As an embedded developer who may have an application running on a single processor and would like to improve your performance or performance per watt by moving to multicore, you’d likely want to know and answer to this question: Is there a magic bullet? In other words, can you just move your application on to a multicore platform and it will automatically run faster?
Looking for the magic bullet. If you’re using a personal computer or server with multiple applications, it is possible to automatically get performance improvements because the different applications are independent.
Yes, they share the file system on the hard disk and a few other things managed by the OS, but they don’t share data and need to synchronize with each other to perform their services. As long as they are independent and don’t interfere with each other, you likely get performance improvements. However, with an increasing number of cores, you see diminishing returns in this type of system.
In contrast, if you are working with an embedded system, your application would have to automatically be distributed across multiple cores to achieve performance improvement. All applications have some code that is inherently sequential and they generally have areas that can be run concurrently where synchronization is required.
Different parts of an application may also share global variables and may use pointers to reference those global variables. When distributing an application across multiple cores, you gain true concurrency.
This means that global variables that could safely be accessed in a single processor situation, have to be safeguarded to avoid the multiple cores accessing the variables at the same time and corrupting the data.
You may now be wondering how you can combine speed, planning, continuous assessment and adjustment in a multicore approach to achieve desired results in the shortest period of time.
You must first start by selecting an appropriate programming model for a current project that potentially offers long-term cost savings in future projects if done right.
Four common models that are familiar to embedded system programmers are OpenMP (Open Multiprocessing), OpenCL (Open Computing Language), as well as two message passing-based protocols: MPI (Message Passing Interface) and MCAPI (Multicore Communications API).
OpenMP is commonly used for loop processing across multiple cores in SMP environments.
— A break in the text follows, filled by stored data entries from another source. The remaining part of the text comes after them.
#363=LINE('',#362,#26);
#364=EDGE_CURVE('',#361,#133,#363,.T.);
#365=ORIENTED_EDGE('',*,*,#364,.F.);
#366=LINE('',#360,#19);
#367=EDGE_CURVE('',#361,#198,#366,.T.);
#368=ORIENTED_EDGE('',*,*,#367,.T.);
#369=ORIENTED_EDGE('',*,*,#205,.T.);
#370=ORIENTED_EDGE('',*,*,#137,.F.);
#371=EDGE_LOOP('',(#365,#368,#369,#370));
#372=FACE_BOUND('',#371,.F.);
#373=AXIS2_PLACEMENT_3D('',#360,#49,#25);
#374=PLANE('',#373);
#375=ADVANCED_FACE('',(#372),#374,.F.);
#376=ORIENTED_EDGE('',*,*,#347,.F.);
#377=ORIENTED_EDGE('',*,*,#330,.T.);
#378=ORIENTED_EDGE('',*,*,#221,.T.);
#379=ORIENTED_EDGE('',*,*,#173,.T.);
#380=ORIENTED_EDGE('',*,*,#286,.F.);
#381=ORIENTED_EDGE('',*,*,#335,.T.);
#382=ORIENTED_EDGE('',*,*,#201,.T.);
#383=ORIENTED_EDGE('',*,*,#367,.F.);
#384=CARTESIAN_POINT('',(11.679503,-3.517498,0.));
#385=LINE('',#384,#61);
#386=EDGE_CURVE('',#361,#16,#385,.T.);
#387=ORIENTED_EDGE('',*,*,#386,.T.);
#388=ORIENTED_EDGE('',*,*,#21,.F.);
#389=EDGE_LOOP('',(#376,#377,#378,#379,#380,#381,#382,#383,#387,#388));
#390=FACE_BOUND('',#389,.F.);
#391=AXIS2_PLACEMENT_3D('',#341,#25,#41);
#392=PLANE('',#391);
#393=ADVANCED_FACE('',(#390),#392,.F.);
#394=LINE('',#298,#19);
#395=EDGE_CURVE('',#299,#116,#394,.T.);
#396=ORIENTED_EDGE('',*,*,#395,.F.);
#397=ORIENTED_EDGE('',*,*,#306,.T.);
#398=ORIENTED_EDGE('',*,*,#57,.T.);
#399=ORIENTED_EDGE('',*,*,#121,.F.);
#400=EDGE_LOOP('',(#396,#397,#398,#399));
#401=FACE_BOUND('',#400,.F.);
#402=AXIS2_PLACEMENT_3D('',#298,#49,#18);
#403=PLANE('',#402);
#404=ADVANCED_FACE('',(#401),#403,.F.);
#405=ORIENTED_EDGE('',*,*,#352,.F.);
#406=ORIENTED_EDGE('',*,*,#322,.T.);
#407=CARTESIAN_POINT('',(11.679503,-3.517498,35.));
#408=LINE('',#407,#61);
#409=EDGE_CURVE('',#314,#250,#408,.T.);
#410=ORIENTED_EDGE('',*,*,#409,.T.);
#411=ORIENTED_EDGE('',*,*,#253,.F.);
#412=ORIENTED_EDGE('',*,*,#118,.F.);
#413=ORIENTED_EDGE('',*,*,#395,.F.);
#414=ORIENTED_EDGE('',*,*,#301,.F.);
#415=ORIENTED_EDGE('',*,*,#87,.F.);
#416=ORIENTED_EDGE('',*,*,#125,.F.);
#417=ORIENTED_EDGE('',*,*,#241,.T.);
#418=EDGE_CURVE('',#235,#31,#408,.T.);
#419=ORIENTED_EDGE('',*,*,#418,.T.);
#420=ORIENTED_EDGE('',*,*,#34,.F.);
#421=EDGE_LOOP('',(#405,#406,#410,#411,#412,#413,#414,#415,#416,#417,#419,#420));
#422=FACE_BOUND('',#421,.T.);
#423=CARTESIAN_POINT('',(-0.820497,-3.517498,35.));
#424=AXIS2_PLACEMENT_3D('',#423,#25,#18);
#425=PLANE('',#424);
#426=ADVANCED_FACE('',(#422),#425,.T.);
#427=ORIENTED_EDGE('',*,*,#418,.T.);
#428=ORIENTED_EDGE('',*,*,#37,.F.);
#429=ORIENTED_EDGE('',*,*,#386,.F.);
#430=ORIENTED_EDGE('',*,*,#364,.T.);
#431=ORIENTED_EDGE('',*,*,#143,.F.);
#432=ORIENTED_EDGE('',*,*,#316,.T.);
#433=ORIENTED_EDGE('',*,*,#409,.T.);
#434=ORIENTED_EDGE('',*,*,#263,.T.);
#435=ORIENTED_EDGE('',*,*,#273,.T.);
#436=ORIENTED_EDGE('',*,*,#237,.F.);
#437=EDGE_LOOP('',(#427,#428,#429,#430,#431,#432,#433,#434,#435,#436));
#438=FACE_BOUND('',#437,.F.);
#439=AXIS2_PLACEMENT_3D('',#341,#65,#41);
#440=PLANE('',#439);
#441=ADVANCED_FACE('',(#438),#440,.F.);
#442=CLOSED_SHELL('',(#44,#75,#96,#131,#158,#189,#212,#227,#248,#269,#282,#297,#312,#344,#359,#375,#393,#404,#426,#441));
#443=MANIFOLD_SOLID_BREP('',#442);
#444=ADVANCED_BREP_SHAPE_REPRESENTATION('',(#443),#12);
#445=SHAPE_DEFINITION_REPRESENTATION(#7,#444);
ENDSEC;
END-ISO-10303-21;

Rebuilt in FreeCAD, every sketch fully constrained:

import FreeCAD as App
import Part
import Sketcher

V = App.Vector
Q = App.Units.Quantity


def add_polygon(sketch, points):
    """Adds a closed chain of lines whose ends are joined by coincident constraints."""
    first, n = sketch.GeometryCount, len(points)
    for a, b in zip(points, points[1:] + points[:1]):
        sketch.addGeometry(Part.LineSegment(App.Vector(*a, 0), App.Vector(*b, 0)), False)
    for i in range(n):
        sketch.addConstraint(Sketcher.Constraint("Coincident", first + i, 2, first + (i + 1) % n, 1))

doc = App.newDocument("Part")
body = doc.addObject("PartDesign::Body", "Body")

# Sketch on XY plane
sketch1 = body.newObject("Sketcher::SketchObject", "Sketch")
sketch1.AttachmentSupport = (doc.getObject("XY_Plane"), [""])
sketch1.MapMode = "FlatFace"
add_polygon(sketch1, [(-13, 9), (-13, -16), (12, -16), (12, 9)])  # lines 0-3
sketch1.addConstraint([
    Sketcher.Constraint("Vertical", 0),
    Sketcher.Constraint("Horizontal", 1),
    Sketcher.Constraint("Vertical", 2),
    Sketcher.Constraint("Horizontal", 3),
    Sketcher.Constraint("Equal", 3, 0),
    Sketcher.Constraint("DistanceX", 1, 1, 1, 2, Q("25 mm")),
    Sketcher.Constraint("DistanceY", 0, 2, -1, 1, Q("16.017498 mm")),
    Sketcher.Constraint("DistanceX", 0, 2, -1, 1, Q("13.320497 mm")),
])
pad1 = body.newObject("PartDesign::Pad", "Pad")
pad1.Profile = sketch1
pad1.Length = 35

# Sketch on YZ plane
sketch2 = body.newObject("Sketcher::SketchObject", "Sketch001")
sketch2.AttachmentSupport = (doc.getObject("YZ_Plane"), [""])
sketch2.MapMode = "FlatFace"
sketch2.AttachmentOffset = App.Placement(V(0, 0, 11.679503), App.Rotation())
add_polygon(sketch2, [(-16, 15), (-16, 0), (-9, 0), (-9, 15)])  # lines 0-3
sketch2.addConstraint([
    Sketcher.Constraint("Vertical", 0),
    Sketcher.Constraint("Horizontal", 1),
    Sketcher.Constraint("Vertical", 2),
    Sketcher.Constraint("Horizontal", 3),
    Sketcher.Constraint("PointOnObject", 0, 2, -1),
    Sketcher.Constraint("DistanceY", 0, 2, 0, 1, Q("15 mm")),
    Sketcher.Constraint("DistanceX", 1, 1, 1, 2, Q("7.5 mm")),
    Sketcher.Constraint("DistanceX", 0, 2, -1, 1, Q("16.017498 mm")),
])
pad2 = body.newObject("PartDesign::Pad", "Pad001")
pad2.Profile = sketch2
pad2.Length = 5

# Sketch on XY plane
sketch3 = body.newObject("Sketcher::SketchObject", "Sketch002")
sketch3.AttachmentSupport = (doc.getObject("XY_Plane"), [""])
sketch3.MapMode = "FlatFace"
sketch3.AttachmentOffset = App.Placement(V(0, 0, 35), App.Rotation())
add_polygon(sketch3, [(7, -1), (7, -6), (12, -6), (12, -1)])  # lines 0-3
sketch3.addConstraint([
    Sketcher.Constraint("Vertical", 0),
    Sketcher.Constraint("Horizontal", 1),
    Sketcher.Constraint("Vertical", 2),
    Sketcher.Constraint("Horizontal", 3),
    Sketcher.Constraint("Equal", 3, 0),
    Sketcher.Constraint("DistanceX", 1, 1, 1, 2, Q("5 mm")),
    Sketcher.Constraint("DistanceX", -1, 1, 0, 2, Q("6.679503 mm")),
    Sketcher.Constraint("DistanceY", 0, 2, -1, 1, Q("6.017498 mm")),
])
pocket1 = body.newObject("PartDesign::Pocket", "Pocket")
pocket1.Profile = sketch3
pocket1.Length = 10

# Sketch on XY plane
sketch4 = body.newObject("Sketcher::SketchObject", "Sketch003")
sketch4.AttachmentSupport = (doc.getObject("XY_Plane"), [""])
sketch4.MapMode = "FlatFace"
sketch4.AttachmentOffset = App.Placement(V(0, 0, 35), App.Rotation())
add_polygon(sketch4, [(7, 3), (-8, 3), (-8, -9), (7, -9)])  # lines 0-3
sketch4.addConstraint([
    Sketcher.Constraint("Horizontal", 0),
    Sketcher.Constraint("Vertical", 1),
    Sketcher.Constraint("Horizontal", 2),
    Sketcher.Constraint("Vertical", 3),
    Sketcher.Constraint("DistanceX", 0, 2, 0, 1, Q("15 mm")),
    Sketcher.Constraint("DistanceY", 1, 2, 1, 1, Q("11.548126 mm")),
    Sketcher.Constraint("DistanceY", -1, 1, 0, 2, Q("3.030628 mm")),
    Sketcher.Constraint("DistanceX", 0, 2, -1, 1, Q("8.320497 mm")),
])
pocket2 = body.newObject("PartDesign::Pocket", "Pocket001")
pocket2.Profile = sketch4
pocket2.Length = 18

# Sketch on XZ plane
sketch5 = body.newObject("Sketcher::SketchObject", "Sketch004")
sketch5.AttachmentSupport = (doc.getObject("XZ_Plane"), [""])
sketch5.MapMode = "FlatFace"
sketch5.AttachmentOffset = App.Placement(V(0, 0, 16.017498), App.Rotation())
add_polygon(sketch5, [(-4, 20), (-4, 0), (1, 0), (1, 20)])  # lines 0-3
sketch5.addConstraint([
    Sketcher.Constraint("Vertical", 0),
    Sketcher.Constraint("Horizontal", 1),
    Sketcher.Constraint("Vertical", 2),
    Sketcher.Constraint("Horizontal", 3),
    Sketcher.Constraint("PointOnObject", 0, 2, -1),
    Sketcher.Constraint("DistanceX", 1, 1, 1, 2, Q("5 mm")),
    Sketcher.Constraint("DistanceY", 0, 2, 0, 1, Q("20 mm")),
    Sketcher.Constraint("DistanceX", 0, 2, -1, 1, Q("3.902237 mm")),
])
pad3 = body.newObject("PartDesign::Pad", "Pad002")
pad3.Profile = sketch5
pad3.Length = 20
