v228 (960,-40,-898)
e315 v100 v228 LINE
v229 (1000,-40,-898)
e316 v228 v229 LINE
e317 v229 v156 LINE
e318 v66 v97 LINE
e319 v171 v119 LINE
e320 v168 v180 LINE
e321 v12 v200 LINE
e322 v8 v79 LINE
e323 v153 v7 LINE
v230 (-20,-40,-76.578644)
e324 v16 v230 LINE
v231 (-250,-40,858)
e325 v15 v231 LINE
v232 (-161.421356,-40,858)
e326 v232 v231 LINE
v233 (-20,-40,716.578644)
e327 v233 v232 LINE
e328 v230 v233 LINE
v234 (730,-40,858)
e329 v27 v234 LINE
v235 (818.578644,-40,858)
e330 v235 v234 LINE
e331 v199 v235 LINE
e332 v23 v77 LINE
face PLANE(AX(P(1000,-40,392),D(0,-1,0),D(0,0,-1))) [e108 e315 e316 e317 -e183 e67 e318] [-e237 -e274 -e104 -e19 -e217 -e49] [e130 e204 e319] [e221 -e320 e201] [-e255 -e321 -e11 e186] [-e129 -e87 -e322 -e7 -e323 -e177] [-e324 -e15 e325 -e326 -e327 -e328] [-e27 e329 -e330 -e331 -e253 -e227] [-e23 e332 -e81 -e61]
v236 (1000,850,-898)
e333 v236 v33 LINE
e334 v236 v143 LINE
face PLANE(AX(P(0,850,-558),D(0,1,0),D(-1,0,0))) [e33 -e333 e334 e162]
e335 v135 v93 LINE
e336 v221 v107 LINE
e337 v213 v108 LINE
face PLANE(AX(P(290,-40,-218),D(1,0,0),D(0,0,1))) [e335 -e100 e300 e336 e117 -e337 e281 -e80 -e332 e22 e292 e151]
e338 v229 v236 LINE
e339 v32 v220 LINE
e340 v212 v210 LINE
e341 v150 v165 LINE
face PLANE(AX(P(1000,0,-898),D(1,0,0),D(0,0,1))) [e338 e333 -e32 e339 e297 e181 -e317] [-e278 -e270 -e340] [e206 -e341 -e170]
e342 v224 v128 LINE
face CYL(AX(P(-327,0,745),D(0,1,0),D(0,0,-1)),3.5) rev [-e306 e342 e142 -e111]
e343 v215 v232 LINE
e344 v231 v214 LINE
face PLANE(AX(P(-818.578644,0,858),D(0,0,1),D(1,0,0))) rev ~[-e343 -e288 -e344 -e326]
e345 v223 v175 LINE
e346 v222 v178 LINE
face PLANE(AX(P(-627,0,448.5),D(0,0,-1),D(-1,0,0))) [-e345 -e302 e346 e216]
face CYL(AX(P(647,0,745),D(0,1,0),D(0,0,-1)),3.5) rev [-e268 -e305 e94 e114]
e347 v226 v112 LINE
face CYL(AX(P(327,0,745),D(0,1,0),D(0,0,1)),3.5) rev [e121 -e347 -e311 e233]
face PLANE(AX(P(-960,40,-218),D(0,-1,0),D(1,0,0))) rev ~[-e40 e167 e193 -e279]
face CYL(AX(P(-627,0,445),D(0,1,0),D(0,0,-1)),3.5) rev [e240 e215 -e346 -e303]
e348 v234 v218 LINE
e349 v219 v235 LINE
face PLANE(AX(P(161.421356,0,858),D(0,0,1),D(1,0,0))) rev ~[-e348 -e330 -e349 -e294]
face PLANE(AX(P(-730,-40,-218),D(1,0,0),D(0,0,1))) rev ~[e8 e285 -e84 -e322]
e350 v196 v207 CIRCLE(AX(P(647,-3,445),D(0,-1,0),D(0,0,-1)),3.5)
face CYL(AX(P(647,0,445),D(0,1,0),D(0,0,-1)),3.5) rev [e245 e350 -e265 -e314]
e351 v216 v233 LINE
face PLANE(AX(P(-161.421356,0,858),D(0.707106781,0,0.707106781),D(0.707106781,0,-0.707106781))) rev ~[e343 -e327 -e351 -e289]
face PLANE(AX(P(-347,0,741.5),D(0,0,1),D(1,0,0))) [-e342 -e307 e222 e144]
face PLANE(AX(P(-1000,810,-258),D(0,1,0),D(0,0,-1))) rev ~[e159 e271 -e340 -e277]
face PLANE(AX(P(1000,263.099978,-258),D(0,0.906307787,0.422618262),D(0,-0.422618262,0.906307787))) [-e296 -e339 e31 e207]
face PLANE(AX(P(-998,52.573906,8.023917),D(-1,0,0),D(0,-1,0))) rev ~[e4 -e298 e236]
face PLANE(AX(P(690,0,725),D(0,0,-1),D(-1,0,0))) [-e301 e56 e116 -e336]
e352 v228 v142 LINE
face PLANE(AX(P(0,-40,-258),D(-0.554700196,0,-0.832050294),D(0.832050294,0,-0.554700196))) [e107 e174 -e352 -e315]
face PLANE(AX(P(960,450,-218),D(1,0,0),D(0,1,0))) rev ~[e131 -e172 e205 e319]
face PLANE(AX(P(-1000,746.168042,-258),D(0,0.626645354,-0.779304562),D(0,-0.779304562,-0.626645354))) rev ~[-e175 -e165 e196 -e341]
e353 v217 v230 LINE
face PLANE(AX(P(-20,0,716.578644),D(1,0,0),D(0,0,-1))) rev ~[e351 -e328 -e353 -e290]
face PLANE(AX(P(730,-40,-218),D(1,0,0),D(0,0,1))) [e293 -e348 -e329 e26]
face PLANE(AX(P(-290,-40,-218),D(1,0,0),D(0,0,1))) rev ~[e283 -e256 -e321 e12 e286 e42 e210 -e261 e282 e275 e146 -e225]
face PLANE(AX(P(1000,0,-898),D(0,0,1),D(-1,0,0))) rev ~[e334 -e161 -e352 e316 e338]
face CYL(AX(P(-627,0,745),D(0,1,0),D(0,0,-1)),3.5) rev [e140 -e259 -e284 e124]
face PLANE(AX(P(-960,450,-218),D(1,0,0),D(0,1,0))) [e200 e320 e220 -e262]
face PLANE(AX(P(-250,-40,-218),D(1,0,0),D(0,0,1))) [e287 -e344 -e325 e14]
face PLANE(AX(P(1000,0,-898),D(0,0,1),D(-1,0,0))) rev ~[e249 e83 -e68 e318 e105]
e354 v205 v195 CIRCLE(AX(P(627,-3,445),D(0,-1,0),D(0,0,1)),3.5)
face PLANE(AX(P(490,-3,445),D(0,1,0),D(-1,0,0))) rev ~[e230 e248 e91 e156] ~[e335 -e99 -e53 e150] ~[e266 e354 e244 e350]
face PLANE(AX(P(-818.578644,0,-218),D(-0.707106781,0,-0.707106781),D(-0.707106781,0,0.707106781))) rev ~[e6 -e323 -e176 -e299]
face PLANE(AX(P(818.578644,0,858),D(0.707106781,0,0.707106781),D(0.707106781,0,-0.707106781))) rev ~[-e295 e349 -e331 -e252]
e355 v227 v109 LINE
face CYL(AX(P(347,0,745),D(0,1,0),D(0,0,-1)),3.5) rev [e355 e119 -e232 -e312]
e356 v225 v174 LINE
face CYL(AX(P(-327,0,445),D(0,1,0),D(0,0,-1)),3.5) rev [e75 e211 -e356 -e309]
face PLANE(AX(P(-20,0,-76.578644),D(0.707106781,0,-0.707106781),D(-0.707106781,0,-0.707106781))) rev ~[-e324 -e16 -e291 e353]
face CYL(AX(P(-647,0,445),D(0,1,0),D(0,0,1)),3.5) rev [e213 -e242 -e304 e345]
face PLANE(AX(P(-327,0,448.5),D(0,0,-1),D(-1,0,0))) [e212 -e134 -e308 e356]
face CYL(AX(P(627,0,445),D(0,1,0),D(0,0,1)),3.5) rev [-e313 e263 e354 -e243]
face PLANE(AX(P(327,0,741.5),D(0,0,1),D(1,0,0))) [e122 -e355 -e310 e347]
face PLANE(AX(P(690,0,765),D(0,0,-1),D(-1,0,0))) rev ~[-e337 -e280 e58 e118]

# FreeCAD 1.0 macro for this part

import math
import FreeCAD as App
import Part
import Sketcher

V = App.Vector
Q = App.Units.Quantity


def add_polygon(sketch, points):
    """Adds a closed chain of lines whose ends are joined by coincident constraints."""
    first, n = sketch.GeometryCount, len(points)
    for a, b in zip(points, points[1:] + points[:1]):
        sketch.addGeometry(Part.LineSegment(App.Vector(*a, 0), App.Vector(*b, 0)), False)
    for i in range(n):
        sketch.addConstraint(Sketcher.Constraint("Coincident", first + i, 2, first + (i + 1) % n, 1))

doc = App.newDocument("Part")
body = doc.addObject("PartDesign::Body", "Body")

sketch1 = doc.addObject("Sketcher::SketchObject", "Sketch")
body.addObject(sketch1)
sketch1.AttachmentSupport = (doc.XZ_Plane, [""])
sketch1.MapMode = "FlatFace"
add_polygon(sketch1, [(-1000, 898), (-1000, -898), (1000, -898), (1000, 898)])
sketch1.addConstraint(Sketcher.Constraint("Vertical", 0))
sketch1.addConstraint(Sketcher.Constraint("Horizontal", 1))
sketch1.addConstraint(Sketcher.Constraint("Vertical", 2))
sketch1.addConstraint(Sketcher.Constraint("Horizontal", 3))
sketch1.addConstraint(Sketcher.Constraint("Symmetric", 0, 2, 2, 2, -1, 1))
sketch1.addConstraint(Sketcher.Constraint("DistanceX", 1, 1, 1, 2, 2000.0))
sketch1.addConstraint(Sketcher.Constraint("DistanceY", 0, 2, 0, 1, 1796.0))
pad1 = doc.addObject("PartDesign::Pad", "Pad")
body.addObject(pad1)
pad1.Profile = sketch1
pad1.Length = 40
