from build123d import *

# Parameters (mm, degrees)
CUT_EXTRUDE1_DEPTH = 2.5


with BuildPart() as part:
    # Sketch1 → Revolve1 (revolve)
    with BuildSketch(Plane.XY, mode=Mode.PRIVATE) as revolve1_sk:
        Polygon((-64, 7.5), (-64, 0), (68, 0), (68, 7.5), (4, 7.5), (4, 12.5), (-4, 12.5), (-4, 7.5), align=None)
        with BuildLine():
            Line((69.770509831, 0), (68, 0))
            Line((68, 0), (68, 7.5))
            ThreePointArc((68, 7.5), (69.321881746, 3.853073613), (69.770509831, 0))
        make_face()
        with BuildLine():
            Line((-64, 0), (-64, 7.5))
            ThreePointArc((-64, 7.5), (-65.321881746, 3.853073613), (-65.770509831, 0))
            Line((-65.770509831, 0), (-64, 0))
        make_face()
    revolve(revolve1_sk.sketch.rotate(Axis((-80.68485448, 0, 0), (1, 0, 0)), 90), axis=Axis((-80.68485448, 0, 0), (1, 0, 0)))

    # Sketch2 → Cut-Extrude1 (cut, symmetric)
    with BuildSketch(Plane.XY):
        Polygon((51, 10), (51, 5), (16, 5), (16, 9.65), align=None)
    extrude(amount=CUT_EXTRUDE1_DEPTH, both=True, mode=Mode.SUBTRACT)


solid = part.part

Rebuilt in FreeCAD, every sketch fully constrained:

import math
import FreeCAD as App
import Part
import Sketcher
from FreeCAD import Vector
Q = App.Units.Quantity


def add_polygon(sketch, points):
    """Adds a closed chain of lines whose ends are joined by coincident constraints."""
    first, n = sketch.GeometryCount, len(points)
    for a, b in zip(points, points[1:] + points[:1]):
        sketch.addGeometry(Part.LineSegment(App.Vector(*a, 0), App.Vector(*b, 0)), False)
    for i in range(n):
        sketch.addConstraint(Sketcher.Constraint("Coincident", first + i, 2, first + (i + 1) % n, 1))

doc = App.newDocument("Part")
body = doc.addObject("PartDesign::Body", "Body")

# Sketch on XY plane
sketch1 = body.newObject("Sketcher::SketchObject", "Sketch")
sketch1.AttachmentSupport = (doc.getObject("XY_Plane"), [""])
sketch1.MapMode = "FlatFace"
sketch1.addGeometry([
    Part.ArcOfCircle(Part.Circle(Vector(53, 0, 0), Vector(0, 0, 1), 17), math.radians(0), math.radians(27)),  # 0
    Part.LineSegment(Vector(68, 8, 0), Vector(4, 8, 0)),  # 1
    Part.LineSegment(Vector(4, 8, 0), Vector(4, 12, 0)),  # 2
    Part.LineSegment(Vector(4, 12, 0), Vector(-4, 12, 0)),  # 3
    Part.LineSegment(Vector(-4, 12, 0), Vector(-4, 8, 0)),  # 4
    Part.LineSegment(Vector(-4, 8, 0), Vector(-64, 8, 0)),  # 5
    Part.ArcOfCircle(Part.Circle(Vector(-49, 0, 0), Vector(0, 0, 1), 17), math.radians(153), math.radians(180)),  # 6
    Part.LineSegment(Vector(-66, 0, 0), Vector(70, 0, 0)),  # 7
], False)
sketch1.addConstraint([
    Sketcher.Constraint("Coincident", 0, 2, 1, 1),
    Sketcher.Constraint("Coincident", 1, 2, 2, 1),
    Sketcher.Constraint("Coincident", 2, 2, 3, 1),
    Sketcher.Constraint("Coincident", 3, 2, 4, 1),
    Sketcher.Constraint("Coincident", 4, 2, 5, 1),
    Sketcher.Constraint("Coincident", 5, 2, 6, 1),
    Sketcher.Constraint("Coincident", 6, 2, 7, 1),
    Sketcher.Constraint("Coincident", 7, 2, 0, 1),
    Sketcher.Constraint("Horizontal", 1),
    Sketcher.Constraint("Vertical", 2),
    Sketcher.Constraint("Horizontal", 3),
    Sketcher.Constraint("Vertical", 4),
    Sketcher.Constraint("Horizontal", 5),
    Sketcher.Constraint("Horizontal", 7),
    Sketcher.Constraint("Equal", 0, 6),
    Sketcher.Constraint("Symmetric", 1, 2, 4, 2, -2),
    Sketcher.Constraint("PointOnObject", 0, 3, -1),
    Sketcher.Constraint("PointOnObject", 6, 3, -1),
    Sketcher.Constraint("PointOnObject", 6, 2, -1),
    Sketcher.Constraint("DistanceX", 1, 2, 1, 1, Q("64 mm")),
    Sketcher.Constraint("DistanceX", 3, 2, 3, 1, Q("8 mm")),
    Sketcher.Constraint("DistanceX", 5, 2, 5, 1, Q("60 mm")),
    Sketcher.Constraint("DistanceY", 2, 1, 2, 2, Q("5 mm")),
    Sketcher.Constraint("DistanceX", -1, 1, 0, 3, Q("53 mm")),
    Sketcher.Constraint("DistanceY", -1, 1, 0, 2, Q("7.5 mm")),
])
revolution = body.newObject("PartDesign::Revolution", "Revolution")
revolution.Profile = sketch1
revolution.ReferenceAxis = (sketch1, ["H_Axis"])
revolution.Angle = 360

# Sketch on XY plane
sketch2 = body.newObject("Sketcher::SketchObject", "Sketch001")
sketch2.AttachmentSupport = (doc.getObject("XY_Plane"), [""])
sketch2.MapMode = "FlatFace"
add_polygon(sketch2, [(51, 5), (51, 10), (16, 9.7), (16, 5)])  # lines 0-3
sketch2.addConstraint([
    Sketcher.Constraint("Vertical", 0),
    Sketcher.Constraint("Vertical", 2),
    Sketcher.Constraint("Horizontal", 3),
    Sketcher.Constraint("DistanceX", 3, 1, 3, 2, Q("35 mm")),
    Sketcher.Constraint("DistanceY", 0, 1, 0, 2, Q("5 mm")),
    Sketcher.Constraint("DistanceX", -1, 1, 0, 2, Q("51 mm")),
    Sketcher.Constraint("DistanceY", -1, 1, 0, 2, Q("10 mm")),
    Sketcher.Constraint("DistanceY", 2, 2, 2, 1, Q("4.65 mm")),
])
pocket1 = body.newObject("PartDesign::Pocket", "Pocket")
pocket1.Profile = sketch2
pocket1.Length = 5
pocket1.Midplane = True

doc.recompute()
OpenMP is a language extension using preprocessor directives and is used in systems with general purpose SMP Operating Systems such as Linux, as well as in systems with shared memory and homogeneous cores.
While embedded systems may include general purpose computing elements, they often have some requirements better served with asymmetrical approaches, which go beyond the focus area of OpenMP. The OpenMP Architecture Review Board (ARB), a technology consortium, manages OpenMP.
OpenCL is primarily used for GPU programming. It is a framework for writing programs that span CPUs, GPUs (graphics processing unit) and potentially other processors. OpenCL provides a path to execute applications that go beyond graphics processing, for example vector and math processing, covering some areas of embedded computing. The OpenCL open standard is maintained by the Khronos Group.